Only the lines from the top of the following listing through the line with "#19=CIRCLE('',#18,7.9375);" belong in your answer, exactly as written.

*** Opening of Records to use ***

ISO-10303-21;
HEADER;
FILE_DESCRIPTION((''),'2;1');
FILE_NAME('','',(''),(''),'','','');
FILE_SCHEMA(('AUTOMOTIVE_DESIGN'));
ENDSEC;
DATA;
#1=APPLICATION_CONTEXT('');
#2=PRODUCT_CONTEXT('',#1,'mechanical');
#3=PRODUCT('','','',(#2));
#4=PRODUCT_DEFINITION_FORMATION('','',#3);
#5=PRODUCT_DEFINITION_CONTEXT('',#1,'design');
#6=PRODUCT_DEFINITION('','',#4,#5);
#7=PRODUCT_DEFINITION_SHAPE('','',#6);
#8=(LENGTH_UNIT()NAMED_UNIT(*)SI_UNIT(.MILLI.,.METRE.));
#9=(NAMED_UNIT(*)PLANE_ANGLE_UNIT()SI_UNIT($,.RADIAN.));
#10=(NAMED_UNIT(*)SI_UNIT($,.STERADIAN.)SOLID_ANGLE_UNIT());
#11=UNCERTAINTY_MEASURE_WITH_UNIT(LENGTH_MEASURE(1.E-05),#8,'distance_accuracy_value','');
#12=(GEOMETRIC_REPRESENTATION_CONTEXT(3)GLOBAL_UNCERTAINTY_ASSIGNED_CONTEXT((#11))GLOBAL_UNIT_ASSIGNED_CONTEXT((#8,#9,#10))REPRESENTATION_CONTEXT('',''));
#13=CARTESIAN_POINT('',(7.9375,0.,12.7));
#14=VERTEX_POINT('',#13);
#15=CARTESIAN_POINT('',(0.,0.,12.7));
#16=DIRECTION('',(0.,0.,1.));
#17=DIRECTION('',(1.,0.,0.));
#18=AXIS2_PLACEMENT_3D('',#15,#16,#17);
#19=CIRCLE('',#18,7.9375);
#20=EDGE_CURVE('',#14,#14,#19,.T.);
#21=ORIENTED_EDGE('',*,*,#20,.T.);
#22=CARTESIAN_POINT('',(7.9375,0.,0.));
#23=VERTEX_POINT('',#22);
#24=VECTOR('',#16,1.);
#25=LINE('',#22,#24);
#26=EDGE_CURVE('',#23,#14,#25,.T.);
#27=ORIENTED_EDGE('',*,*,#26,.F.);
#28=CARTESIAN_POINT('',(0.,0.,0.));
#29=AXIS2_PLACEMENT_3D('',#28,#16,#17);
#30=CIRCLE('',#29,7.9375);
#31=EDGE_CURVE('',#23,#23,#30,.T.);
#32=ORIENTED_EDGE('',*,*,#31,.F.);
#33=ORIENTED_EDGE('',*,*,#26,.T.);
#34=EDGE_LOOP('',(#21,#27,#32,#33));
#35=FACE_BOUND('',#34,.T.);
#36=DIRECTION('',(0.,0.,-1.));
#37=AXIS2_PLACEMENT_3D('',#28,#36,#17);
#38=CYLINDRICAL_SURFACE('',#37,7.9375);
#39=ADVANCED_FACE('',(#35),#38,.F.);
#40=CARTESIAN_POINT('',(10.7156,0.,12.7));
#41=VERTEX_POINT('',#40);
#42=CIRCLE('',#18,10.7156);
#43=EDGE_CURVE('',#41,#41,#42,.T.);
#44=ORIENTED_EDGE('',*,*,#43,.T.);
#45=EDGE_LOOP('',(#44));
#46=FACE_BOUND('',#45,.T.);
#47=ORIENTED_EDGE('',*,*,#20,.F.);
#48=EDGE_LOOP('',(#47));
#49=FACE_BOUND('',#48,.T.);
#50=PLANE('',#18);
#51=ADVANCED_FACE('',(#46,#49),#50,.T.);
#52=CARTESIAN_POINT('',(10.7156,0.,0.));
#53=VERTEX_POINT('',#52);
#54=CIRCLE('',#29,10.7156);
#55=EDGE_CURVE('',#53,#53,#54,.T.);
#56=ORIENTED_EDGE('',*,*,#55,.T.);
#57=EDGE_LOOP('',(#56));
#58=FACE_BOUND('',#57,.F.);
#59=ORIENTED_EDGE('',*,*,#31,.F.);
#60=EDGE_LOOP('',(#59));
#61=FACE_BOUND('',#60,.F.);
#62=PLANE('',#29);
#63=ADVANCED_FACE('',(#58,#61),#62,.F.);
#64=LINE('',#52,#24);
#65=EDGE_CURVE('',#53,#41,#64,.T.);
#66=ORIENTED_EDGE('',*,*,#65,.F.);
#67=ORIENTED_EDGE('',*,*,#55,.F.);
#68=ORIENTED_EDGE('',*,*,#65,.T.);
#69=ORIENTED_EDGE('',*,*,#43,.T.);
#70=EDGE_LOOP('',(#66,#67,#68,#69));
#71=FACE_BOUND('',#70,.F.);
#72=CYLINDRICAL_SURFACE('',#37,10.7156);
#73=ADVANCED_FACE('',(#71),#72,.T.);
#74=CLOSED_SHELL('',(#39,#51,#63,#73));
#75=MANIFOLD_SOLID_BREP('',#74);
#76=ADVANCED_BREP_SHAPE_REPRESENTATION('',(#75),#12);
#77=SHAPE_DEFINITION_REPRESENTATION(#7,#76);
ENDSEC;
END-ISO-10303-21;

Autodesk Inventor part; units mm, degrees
ref_plane "YZ Plane" through (0, 0, 0) normal (1, 0, 0) x (0, 1, 0)
ref_plane "XZ Plane" through (0, 0, 0) normal (0, 1, 0) x (-1, 0, 0)
ref_plane "XY Plane" through (0, 0, 0) normal (0, 0, 1) x (1, 0, 0)
sketch "Sketch1" plane through (0, 0, 0) normal (0, 0, 1) x (1, 0, 0)
  circle A0 centre (0, 0) radius 7.9375
  circle A1 centre (0, 0) radius 10.7156
  dimension "d0" = 15.875
  dimension "d2" = 21.4312
extrude "Extrusion1" add sketch "Sketch1" along normal blind 12.7
properties part number "Carriage Spacer - Input"
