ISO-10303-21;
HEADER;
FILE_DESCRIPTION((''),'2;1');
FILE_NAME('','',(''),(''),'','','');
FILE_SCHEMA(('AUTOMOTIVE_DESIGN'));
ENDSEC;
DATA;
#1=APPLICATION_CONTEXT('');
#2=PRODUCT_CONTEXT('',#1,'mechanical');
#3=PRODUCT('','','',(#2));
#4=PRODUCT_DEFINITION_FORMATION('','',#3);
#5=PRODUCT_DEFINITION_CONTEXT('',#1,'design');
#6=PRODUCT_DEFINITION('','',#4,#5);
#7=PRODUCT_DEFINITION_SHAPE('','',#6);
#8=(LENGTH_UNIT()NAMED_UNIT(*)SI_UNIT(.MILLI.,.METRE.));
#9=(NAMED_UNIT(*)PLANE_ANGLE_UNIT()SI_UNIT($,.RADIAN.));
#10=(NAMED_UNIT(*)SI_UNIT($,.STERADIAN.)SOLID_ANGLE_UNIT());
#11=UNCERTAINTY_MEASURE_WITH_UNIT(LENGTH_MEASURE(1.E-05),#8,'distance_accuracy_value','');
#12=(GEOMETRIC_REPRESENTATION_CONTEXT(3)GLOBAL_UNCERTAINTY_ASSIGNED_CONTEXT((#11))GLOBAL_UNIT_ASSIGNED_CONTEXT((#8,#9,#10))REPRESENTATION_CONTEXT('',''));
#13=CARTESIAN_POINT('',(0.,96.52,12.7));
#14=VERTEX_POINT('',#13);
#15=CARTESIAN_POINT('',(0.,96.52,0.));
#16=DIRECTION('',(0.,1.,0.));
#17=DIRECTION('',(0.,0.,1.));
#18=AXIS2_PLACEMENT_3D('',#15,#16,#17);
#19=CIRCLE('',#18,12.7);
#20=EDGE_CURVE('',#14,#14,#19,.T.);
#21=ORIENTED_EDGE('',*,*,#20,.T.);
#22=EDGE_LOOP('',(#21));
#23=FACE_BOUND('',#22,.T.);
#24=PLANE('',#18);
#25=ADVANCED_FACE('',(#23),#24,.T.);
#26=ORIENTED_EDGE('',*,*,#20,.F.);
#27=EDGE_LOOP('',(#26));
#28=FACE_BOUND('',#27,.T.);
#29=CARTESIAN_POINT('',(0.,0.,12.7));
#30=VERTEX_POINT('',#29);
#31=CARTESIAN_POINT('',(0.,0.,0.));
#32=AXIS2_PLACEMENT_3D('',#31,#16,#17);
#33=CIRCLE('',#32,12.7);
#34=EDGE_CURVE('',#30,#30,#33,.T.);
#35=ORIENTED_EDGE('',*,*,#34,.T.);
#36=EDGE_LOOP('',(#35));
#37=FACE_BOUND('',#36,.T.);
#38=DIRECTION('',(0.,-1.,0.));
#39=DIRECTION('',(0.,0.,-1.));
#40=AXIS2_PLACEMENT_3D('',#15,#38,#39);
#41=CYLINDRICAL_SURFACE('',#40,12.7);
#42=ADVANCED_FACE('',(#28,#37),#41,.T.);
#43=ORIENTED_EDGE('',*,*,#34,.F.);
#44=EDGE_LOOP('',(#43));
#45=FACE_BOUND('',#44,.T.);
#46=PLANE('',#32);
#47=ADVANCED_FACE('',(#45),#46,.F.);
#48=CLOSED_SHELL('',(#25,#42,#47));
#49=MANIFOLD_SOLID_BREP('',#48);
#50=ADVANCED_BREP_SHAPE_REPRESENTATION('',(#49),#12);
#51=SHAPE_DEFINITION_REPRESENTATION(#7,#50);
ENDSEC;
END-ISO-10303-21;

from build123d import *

# Parameters (mm, degrees)
SKETCH1_R           = 12.7
BOSS_EXTRUDE1_DEPTH = 96.52


with BuildPart() as part:
    # Sketch1 → Boss-Extrude1 (new body)
    with BuildSketch(Plane(origin=(0, 0, 0), x_dir=(1, 0, 0), z_dir=(0, 1, 0))):
        Circle(SKETCH1_R)
    extrude(amount=BOSS_EXTRUDE1_DEPTH)


solid = part.part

*** Close of Records to use ***

* Final answer
ISO-10303-21;
HEADER;
FILE_DESCRIPTION((''),'2;1');
FILE_NAME('','',(''),(''),'','','');
FILE_SCHEMA(('AUTOMOTIVE_DESIGN'));
ENDSEC;
DATA;
#1=APPLICATION_CONTEXT('');
#2=PRODUCT_CONTEXT('',#1,'mechanical');
#3=PRODUCT('','','',(#2));
#4=PRODUCT_DEFINITION_FORMATION('','',#3);
#5=PRODUCT_DEFINITION_CONTEXT('',#1,'design');
#6=PRODUCT_DEFINITION('','',#4,#5);
#7=PRODUCT_DEFINITION_SHAPE('','',#6);
#8=(LENGTH_UNIT()NAMED_UNIT(*)SI_UNIT(.MILLI.,.METRE.));
#9=(NAMED_UNIT(*)PLANE_ANGLE_UNIT()SI_UNIT($,.RADIAN.));
#10=(NAMED_UNIT(*)SI_UNIT($,.STERADIAN.)SOLID_ANGLE_UNIT());
#11=UNCERTAINTY_MEASURE_WITH_UNIT(LENGTH_MEASURE(1.E-05),#8,'distance_accuracy_value','');
#12=(GEOMETRIC_REPRESENTATION_CONTEXT(3)GLOBAL_UNCERTAINTY_ASSIGNED_CONTEXT((#11))GLOBAL_UNIT_ASSIGNED_CONTEXT((#8,#9,#10))REPRESENTATION_CONTEXT('',''));
#13=CARTESIAN_POINT('',(7.9375,0.,12.7));
#14=VERTEX_POINT('',#13);
#15=CARTESIAN_POINT('',(0.,0.,12.7));
#16=DIRECTION('',(0.,0.,1.));
#17=DIRECTION('',(1.,0.,0.));
#18=AXIS2_PLACEMENT_3D('',#15,#16,#17);
#19=CIRCLE('',#18,7.9375);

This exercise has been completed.